Two lines below mark the span: the one containing "v 48 9.414 2.414" and the one containing "v 50.55 40.007 -2". Set down both, plus every line between, exactly as they stand, and nothing else.

Dataset entries
_ _ _ _ _ _ _

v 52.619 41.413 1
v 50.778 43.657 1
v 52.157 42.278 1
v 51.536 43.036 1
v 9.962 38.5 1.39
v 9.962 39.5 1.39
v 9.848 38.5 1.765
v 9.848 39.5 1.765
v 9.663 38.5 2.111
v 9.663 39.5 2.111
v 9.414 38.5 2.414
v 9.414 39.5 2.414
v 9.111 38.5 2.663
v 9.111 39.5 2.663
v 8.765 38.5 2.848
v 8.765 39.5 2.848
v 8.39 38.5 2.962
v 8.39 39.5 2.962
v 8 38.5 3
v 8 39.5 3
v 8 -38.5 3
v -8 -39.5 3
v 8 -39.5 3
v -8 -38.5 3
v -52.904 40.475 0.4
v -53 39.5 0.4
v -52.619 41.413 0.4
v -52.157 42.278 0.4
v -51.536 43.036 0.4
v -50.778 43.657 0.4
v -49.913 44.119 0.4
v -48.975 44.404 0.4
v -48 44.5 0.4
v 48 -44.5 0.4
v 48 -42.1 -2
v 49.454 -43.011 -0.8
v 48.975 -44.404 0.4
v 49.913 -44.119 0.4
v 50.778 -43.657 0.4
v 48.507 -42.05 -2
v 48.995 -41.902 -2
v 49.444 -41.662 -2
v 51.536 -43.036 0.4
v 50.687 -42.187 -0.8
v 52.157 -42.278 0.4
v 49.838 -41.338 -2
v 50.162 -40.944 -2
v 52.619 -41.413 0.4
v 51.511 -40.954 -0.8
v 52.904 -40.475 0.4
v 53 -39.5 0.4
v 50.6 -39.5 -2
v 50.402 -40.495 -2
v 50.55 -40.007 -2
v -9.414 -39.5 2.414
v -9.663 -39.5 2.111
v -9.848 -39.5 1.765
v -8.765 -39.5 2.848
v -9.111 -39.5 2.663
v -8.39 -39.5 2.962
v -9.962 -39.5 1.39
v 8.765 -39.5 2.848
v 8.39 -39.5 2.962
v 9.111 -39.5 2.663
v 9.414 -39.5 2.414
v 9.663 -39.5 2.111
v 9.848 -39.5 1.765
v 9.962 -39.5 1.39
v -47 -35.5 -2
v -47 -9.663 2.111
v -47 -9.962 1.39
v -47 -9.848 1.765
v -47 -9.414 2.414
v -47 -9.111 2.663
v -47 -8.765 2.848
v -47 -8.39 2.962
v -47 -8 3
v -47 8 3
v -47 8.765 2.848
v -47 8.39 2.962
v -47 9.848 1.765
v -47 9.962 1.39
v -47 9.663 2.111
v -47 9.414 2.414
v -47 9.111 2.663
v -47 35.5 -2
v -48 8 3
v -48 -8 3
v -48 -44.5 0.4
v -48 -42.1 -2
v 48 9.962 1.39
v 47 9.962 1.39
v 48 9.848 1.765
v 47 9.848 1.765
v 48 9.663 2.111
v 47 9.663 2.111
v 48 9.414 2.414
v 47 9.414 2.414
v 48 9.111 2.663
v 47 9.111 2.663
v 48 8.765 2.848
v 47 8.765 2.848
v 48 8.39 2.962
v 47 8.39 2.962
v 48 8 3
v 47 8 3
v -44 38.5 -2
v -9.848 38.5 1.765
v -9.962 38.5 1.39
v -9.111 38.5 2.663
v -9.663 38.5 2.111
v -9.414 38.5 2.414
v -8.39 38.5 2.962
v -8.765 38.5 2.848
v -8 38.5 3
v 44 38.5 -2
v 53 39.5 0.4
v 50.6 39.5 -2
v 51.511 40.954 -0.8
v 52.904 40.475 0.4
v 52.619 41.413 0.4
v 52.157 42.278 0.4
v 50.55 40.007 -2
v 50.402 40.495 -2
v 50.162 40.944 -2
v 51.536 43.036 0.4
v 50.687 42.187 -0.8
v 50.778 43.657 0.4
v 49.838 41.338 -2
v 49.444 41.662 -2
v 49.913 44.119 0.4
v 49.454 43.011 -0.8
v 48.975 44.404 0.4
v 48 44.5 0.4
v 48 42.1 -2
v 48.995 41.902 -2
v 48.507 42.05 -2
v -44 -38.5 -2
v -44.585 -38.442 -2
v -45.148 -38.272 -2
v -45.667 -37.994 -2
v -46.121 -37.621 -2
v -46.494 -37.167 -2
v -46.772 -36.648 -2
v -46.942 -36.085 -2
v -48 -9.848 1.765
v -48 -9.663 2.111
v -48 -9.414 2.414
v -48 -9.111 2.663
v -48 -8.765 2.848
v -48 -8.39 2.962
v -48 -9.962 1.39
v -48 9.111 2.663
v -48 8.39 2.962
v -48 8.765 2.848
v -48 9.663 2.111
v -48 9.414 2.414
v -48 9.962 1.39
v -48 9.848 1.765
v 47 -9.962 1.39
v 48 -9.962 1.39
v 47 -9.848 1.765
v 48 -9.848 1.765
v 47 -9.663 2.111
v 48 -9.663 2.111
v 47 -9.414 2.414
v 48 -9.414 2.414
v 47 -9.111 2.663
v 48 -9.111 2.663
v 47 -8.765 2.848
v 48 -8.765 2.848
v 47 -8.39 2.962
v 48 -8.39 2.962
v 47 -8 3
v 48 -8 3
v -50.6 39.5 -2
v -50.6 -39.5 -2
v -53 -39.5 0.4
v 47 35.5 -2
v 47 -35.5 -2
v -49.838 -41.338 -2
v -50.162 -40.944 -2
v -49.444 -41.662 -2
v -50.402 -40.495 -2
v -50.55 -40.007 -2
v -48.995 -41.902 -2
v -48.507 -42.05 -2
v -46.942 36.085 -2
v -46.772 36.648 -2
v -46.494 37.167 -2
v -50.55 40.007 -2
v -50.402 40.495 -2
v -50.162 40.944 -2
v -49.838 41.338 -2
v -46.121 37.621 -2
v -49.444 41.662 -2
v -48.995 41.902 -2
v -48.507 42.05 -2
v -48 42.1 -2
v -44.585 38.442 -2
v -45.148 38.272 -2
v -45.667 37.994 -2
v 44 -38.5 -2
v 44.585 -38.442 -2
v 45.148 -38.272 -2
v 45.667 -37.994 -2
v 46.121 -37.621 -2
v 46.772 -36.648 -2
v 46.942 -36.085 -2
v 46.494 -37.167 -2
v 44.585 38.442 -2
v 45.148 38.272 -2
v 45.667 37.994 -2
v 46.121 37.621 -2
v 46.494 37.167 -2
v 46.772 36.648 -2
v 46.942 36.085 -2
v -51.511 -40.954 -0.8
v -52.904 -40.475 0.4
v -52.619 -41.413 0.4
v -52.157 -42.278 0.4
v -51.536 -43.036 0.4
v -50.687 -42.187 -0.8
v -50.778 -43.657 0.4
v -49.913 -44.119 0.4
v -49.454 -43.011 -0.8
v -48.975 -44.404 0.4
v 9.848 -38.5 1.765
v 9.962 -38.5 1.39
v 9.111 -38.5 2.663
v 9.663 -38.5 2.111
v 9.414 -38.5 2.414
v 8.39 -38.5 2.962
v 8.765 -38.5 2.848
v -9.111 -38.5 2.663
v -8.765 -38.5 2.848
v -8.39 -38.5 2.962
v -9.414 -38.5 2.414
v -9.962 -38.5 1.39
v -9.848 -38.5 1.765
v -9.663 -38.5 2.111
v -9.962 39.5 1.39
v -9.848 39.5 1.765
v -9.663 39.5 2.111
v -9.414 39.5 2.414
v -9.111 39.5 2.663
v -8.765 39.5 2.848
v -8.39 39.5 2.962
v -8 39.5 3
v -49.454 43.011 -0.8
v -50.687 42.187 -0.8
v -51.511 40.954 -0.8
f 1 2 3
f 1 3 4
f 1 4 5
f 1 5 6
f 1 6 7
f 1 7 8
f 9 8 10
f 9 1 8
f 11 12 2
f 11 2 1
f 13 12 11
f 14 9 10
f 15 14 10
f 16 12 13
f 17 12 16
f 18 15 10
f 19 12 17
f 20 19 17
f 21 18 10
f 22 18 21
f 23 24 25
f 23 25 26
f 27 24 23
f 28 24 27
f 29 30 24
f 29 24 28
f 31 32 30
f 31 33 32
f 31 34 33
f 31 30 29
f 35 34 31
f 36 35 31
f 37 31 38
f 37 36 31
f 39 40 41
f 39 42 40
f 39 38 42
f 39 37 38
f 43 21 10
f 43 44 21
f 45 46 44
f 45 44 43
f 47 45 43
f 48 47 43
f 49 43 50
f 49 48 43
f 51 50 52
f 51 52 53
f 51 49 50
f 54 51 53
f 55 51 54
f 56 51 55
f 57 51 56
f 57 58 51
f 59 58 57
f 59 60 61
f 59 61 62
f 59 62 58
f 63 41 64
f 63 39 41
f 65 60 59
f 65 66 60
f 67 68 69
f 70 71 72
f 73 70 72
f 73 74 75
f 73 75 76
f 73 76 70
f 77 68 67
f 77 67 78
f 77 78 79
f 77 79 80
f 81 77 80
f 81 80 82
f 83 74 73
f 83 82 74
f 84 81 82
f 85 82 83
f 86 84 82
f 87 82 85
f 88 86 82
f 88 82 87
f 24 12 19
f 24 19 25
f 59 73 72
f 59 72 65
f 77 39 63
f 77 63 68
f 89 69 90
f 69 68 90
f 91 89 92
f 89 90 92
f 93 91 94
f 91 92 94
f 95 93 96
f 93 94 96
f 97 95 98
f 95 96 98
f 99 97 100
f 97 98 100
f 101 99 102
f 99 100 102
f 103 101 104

_ _ _ _ _ _ _

*SOLUTION TO THIS TASK*
v 48 9.414 2.414
v 47 9.414 2.414
v 48 9.111 2.663
v 47 9.111 2.663
v 48 8.765 2.848
v 47 8.765 2.848
v 48 8.39 2.962
v 47 8.39 2.962
v 48 8 3
v 47 8 3
v -44 38.5 -2
v -9.848 38.5 1.765
v -9.962 38.5 1.39
v -9.111 38.5 2.663
v -9.663 38.5 2.111
v -9.414 38.5 2.414
v -8.39 38.5 2.962
v -8.765 38.5 2.848
v -8 38.5 3
v 44 38.5 -2
v 53 39.5 0.4
v 50.6 39.5 -2
v 51.511 40.954 -0.8
v 52.904 40.475 0.4
v 52.619 41.413 0.4
v 52.157 42.278 0.4
v 50.55 40.007 -2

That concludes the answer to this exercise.